■ **Dataset**:
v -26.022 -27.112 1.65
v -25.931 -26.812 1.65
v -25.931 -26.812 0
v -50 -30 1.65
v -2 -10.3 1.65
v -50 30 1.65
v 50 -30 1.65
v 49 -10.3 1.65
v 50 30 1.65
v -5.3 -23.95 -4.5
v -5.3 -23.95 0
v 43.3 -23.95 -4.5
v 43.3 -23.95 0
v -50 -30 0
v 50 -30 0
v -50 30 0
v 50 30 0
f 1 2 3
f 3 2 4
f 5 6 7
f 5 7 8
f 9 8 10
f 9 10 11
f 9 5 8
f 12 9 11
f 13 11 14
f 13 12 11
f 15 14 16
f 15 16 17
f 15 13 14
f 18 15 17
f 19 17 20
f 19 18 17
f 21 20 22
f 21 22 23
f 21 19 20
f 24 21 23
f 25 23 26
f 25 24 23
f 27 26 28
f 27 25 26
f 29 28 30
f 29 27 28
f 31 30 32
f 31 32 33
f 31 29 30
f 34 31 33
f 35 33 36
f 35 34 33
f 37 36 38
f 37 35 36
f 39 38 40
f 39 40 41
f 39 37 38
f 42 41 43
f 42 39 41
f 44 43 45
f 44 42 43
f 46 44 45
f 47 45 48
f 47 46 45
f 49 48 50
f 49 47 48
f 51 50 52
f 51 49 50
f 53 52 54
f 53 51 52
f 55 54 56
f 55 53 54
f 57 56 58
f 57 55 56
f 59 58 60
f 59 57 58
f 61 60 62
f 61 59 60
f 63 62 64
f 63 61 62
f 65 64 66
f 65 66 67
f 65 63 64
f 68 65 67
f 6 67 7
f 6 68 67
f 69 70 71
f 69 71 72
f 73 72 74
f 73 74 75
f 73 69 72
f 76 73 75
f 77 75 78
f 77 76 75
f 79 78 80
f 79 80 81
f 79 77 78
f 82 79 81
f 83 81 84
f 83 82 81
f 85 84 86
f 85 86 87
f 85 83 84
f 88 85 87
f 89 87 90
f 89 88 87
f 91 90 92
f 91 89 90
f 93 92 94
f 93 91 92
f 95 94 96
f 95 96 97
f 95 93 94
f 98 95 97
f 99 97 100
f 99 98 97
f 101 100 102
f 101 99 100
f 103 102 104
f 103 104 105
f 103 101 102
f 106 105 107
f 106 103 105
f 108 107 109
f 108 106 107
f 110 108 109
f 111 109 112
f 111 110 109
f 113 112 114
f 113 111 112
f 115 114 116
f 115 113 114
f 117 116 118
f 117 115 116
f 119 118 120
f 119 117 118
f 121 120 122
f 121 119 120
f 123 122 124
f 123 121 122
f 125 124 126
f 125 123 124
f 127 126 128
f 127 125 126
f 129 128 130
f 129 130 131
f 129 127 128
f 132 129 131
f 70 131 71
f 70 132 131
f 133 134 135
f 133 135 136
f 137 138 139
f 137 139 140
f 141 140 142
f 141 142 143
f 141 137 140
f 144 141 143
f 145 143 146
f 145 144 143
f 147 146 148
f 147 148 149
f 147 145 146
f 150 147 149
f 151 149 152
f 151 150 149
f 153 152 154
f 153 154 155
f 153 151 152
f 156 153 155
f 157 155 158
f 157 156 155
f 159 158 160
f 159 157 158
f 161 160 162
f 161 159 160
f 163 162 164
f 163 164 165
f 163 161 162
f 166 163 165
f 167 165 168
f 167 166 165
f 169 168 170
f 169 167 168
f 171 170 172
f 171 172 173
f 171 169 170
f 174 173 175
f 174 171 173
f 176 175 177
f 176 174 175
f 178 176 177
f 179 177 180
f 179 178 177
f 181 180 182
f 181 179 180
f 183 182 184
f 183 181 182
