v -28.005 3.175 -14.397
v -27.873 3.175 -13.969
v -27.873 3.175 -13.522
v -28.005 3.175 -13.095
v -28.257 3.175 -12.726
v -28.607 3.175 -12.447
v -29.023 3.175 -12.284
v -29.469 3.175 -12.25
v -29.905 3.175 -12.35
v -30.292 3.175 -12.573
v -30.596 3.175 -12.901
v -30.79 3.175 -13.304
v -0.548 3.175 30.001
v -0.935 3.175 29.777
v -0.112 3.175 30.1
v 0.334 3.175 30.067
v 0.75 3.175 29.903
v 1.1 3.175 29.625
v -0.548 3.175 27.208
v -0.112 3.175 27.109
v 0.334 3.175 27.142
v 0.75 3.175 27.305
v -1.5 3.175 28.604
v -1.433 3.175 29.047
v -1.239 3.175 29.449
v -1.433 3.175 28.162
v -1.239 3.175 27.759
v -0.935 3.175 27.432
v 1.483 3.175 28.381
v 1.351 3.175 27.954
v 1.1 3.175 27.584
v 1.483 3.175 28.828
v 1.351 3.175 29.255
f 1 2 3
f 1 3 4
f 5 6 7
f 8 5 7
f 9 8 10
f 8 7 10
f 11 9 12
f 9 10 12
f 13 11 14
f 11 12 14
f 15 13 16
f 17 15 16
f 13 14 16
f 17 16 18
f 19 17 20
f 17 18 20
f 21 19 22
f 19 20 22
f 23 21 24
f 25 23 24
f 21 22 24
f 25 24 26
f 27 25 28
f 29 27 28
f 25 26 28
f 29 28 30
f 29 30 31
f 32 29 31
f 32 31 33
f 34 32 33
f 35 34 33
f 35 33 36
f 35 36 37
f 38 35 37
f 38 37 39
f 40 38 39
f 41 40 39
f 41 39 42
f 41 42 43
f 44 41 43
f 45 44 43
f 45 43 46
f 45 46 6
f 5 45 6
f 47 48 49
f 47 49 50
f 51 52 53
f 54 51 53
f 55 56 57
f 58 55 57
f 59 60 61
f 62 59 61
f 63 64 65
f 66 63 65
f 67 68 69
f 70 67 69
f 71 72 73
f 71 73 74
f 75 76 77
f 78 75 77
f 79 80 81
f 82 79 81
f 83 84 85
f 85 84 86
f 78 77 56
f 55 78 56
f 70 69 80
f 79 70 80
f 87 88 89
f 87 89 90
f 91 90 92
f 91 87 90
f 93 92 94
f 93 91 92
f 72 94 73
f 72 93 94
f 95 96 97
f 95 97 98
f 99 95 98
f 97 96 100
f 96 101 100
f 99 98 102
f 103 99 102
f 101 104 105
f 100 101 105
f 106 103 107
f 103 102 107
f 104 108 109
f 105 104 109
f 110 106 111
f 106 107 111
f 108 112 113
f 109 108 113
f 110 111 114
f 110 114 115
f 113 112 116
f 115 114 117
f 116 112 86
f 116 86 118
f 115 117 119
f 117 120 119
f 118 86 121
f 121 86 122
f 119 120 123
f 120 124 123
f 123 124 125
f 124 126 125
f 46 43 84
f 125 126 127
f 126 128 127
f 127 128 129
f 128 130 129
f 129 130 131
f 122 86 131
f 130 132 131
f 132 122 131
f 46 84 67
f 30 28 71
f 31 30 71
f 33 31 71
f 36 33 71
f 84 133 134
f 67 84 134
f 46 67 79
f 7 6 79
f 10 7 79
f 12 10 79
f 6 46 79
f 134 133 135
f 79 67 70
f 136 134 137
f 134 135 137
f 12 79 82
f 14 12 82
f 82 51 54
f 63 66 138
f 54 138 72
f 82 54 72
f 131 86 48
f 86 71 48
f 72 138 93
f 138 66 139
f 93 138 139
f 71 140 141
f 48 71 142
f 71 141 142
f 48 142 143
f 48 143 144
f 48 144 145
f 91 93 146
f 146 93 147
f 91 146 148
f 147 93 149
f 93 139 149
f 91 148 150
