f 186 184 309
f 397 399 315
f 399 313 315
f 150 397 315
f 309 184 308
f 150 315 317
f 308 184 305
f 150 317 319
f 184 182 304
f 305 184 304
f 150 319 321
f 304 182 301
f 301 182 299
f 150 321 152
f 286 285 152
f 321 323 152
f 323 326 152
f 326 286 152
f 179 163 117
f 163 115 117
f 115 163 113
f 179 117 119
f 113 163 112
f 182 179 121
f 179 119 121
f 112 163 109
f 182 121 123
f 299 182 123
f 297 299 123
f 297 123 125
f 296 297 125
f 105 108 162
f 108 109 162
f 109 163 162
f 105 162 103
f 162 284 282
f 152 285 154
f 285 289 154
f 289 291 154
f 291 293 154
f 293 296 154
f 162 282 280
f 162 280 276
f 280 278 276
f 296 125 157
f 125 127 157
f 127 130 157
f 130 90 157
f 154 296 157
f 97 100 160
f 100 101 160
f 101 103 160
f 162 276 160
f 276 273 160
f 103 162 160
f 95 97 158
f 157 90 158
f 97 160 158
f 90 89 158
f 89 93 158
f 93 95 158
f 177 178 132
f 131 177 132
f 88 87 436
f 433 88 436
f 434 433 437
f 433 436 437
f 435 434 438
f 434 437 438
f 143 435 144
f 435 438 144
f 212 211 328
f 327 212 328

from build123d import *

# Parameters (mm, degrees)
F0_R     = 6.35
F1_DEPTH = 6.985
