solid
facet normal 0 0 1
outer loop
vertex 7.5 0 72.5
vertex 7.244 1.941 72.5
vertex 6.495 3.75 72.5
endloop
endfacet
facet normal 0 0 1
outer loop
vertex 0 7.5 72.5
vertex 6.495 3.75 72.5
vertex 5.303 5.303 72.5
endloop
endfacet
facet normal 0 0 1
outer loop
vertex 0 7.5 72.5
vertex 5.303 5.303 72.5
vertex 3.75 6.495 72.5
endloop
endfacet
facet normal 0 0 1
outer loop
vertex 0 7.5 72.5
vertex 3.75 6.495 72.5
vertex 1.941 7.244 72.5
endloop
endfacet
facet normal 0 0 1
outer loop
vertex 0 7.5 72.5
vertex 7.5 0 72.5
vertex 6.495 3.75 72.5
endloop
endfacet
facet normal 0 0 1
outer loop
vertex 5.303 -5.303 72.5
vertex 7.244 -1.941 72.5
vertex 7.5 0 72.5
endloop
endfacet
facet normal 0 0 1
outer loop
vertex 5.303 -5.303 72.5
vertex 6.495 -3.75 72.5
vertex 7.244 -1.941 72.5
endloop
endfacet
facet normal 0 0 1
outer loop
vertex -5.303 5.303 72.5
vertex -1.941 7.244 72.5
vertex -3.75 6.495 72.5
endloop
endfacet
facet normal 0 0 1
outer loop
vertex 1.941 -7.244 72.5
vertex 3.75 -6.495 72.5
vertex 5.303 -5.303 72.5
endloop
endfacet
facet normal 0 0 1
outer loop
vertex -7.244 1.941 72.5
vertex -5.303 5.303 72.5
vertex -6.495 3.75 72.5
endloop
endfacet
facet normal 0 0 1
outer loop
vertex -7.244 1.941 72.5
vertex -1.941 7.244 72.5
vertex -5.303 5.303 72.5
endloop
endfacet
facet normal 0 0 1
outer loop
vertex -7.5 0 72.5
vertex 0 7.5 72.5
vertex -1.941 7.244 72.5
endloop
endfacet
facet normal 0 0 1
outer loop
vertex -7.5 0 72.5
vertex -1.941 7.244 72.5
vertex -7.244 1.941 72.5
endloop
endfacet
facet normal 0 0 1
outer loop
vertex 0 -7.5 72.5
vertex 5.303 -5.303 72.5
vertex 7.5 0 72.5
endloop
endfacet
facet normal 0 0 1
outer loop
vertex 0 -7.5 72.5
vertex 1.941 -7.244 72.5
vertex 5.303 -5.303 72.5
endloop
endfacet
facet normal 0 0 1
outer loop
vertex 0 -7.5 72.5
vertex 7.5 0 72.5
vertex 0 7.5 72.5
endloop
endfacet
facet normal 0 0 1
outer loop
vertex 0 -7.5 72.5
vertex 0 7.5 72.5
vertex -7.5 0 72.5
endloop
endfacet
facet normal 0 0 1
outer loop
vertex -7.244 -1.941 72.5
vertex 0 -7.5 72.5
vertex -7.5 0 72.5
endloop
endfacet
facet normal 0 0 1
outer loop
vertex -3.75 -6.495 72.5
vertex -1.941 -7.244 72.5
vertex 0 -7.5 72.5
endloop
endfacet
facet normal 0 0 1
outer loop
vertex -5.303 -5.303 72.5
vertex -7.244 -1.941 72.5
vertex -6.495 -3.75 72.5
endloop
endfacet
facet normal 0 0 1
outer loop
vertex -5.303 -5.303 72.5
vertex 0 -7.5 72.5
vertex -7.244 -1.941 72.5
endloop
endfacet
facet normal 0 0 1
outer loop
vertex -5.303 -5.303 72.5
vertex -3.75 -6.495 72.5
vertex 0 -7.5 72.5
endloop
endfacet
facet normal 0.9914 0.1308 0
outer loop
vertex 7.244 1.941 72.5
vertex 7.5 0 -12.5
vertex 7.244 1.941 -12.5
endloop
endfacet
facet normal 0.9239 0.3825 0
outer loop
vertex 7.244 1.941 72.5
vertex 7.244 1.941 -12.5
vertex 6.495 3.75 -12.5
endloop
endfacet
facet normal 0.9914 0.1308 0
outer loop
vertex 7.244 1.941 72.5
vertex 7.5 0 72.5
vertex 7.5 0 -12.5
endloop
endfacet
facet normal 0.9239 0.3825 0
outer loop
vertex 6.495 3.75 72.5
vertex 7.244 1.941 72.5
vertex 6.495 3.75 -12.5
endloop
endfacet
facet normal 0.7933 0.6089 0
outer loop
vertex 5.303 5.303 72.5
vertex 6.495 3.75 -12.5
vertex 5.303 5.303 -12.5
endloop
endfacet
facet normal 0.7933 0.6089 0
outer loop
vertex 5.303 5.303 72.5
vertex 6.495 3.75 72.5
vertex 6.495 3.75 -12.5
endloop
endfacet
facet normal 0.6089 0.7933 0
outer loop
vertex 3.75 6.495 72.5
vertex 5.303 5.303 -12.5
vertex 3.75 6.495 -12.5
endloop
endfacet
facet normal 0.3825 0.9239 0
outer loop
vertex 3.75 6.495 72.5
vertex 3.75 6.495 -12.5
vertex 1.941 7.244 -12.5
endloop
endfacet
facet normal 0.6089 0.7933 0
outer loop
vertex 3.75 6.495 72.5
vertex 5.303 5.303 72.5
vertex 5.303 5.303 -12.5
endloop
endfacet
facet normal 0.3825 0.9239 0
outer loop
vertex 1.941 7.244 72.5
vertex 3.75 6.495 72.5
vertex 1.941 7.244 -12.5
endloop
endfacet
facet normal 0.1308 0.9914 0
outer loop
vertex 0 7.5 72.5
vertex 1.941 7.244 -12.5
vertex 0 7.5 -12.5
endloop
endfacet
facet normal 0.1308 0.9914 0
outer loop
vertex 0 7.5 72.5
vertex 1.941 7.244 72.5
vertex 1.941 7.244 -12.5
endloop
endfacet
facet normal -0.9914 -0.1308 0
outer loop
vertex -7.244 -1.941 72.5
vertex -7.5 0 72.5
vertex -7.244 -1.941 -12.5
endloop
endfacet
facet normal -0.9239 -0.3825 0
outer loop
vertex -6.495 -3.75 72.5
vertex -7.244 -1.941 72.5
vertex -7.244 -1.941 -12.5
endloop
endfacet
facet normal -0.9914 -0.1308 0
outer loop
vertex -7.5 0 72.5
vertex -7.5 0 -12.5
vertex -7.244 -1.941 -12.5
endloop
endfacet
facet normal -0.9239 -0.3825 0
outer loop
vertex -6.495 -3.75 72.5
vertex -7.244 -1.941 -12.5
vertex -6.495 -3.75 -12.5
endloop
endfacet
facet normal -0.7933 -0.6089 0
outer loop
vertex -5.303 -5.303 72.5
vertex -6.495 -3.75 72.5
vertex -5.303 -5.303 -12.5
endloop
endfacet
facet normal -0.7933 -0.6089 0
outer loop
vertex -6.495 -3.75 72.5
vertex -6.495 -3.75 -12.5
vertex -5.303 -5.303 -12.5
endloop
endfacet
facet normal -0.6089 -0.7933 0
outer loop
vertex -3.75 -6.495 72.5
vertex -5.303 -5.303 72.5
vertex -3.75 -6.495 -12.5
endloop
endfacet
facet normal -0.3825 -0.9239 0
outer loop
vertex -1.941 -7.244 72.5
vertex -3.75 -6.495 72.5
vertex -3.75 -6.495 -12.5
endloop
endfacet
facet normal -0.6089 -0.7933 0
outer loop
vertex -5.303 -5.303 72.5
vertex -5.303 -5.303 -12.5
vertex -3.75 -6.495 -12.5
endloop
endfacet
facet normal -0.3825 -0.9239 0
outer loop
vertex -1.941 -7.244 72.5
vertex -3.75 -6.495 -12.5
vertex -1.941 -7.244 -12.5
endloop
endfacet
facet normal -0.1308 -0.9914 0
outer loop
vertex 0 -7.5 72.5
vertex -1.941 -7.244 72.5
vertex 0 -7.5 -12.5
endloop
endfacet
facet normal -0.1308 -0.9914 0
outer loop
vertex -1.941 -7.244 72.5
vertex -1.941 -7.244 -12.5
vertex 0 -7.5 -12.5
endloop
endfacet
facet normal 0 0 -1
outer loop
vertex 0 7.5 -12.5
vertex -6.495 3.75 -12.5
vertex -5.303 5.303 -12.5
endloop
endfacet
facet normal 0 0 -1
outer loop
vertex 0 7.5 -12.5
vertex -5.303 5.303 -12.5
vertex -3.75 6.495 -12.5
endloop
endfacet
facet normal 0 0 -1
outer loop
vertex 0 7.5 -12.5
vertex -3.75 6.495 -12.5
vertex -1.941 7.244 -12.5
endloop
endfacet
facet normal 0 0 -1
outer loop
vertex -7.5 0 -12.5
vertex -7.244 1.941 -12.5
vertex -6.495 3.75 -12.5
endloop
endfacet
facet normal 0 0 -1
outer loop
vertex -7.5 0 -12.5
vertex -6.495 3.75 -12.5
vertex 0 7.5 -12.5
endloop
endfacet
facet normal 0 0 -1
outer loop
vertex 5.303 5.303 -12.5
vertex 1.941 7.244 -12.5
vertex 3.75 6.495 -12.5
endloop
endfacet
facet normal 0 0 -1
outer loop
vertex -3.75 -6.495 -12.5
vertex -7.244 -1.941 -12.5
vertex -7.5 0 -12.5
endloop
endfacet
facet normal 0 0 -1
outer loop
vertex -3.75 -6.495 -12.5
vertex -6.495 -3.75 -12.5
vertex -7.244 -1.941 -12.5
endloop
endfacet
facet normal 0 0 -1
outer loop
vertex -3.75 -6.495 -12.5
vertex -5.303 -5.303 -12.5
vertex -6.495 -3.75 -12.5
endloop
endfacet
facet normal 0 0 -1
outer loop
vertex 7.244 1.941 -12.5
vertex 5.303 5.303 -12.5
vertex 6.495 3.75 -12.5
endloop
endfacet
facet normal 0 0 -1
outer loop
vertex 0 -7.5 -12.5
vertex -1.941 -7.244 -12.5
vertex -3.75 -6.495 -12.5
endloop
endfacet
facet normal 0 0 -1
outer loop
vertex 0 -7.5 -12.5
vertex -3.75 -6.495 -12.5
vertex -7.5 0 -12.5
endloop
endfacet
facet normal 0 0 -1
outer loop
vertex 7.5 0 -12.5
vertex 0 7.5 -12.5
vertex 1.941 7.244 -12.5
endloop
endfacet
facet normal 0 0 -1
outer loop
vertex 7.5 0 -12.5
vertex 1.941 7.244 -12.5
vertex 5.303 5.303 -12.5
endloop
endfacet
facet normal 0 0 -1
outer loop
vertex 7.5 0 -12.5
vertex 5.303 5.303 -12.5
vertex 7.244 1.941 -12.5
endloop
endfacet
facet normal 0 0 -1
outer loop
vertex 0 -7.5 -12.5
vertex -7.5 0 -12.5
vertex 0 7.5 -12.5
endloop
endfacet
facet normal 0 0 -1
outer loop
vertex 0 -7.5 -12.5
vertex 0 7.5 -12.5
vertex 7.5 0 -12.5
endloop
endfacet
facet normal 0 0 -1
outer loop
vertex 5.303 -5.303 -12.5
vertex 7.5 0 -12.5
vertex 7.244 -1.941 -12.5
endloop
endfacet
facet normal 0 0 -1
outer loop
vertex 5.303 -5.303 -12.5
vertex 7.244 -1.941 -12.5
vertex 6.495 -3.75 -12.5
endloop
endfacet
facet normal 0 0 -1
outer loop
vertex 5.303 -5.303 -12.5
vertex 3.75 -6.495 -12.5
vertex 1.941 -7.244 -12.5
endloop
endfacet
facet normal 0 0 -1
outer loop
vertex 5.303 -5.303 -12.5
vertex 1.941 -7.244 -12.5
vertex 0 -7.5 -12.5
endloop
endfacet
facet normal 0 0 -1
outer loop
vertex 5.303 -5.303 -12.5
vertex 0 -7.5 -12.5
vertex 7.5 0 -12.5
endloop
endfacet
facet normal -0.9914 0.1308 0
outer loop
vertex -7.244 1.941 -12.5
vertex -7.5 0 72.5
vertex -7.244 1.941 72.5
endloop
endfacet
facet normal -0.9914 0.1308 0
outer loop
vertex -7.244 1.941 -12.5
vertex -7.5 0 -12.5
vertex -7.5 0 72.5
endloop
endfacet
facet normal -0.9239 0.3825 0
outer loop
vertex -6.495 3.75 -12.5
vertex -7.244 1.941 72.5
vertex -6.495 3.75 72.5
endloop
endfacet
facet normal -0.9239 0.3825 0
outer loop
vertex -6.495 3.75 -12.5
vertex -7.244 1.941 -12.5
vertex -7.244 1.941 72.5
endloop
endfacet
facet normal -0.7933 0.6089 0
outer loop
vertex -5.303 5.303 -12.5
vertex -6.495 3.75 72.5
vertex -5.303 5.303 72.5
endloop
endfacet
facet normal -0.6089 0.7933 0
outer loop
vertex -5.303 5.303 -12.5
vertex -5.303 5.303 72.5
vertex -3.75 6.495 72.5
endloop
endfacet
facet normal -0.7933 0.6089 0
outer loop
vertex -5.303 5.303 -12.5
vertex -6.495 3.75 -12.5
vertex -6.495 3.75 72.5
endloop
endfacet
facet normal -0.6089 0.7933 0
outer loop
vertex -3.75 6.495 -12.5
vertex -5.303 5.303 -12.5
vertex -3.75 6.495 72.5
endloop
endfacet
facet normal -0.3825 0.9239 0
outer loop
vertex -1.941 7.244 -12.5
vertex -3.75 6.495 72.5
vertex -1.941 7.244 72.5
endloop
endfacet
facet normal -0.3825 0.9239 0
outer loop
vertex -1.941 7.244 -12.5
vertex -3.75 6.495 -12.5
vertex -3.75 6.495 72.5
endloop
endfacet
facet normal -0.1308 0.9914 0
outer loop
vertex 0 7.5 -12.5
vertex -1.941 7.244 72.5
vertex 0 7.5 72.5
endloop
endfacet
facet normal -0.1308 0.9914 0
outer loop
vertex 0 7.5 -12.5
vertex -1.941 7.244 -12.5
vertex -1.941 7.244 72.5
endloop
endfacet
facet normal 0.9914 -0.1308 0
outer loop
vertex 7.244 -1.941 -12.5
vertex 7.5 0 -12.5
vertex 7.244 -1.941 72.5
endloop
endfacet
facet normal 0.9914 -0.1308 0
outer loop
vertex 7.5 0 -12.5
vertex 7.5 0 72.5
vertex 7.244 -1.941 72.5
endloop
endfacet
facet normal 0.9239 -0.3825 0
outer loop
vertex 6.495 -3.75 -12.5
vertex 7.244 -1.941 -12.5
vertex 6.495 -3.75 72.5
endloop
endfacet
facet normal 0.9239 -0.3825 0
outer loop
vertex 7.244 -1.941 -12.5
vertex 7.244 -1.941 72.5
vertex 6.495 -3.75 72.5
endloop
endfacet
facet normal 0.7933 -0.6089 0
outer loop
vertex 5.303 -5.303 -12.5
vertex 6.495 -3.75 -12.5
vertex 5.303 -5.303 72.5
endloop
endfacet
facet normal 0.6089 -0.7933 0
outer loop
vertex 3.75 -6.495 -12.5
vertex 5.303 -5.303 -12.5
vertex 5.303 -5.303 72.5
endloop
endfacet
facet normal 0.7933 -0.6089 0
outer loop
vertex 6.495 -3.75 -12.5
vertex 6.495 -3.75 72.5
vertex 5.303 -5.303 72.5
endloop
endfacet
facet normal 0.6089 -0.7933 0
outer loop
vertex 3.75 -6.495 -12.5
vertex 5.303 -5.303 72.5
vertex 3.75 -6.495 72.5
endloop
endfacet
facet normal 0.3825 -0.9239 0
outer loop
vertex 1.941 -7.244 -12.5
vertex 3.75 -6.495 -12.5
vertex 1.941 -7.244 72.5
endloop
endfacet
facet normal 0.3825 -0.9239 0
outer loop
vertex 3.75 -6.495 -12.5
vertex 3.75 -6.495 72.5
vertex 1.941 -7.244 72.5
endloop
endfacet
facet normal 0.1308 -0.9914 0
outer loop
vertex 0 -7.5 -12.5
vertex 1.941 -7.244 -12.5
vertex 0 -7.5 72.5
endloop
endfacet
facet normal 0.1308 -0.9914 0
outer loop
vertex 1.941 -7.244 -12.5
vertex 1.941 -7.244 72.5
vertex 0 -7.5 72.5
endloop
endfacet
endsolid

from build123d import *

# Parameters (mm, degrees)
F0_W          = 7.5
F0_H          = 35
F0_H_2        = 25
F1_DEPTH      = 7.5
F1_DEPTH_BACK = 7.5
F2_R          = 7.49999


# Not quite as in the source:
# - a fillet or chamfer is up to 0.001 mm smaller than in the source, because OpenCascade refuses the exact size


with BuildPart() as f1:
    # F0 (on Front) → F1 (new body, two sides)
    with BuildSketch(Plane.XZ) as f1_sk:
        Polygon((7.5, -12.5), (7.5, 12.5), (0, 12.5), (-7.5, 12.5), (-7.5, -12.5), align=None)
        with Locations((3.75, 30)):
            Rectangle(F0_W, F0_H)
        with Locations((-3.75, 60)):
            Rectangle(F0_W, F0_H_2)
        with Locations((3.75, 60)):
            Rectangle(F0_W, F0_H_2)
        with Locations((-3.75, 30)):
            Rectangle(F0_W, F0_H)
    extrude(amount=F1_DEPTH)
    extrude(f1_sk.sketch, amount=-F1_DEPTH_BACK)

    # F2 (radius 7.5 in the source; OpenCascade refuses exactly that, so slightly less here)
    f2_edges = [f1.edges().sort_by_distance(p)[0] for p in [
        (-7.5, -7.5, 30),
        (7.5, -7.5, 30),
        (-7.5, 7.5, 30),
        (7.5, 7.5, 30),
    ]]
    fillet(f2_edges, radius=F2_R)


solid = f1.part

■ **How to complete this task**: Nothing but the lines from the top of the records down to the line with "f 117 116 118" belongs in the answer; repeat them exactly.

■ **The answer**:
v -26.022 -27.112 1.65
v -25.931 -26.812 1.65
v -25.931 -26.812 0
v -50 -30 1.65
v -2 -10.3 1.65
v -50 30 1.65
v 50 -30 1.65
v 49 -10.3 1.65
v 50 30 1.65
v -5.3 -23.95 -4.5
v -5.3 -23.95 0
v 43.3 -23.95 -4.5
v 43.3 -23.95 0
v -50 -30 0
v 50 -30 0
v -50 30 0
v 50 30 0
f 1 2 3
f 3 2 4
f 5 6 7
f 5 7 8
f 9 8 10
f 9 10 11
f 9 5 8
f 12 9 11
f 13 11 14
f 13 12 11
f 15 14 16
f 15 16 17
f 15 13 14
f 18 15 17
f 19 17 20
f 19 18 17
f 21 20 22
f 21 22 23
f 21 19 20
f 24 21 23
f 25 23 26
f 25 24 23
f 27 26 28
f 27 25 26
f 29 28 30
f 29 27 28
f 31 30 32
f 31 32 33
f 31 29 30
f 34 31 33
f 35 33 36
f 35 34 33
f 37 36 38
f 37 35 36
f 39 38 40
f 39 40 41
f 39 37 38
f 42 41 43
f 42 39 41
f 44 43 45
f 44 42 43
f 46 44 45
f 47 45 48
f 47 46 45
f 49 48 50
f 49 47 48
f 51 50 52
f 51 49 50
f 53 52 54
f 53 51 52
f 55 54 56
f 55 53 54
f 57 56 58
f 57 55 56
f 59 58 60
f 59 57 58
f 61 60 62
f 61 59 60
f 63 62 64
f 63 61 62
f 65 64 66
f 65 66 67
f 65 63 64
f 68 65 67
f 6 67 7
f 6 68 67
f 69 70 71
f 69 71 72
f 73 72 74
f 73 74 75
f 73 69 72
f 76 73 75
f 77 75 78
f 77 76 75
f 79 78 80
f 79 80 81
f 79 77 78
f 82 79 81
f 83 81 84
f 83 82 81
f 85 84 86
f 85 86 87
f 85 83 84
f 88 85 87
f 89 87 90
f 89 88 87
f 91 90 92
f 91 89 90
f 93 92 94
f 93 91 92
f 95 94 96
f 95 96 97
f 95 93 94
f 98 95 97
f 99 97 100
f 99 98 97
f 101 100 102
f 101 99 100
f 103 102 104
f 103 104 105
f 103 101 102
f 106 105 107
f 106 103 105
f 108 107 109
f 108 106 107
f 110 108 109
f 111 109 112
f 111 110 109
f 113 112 114
f 113 111 112
f 115 114 116
f 115 113 114
f 117 116 118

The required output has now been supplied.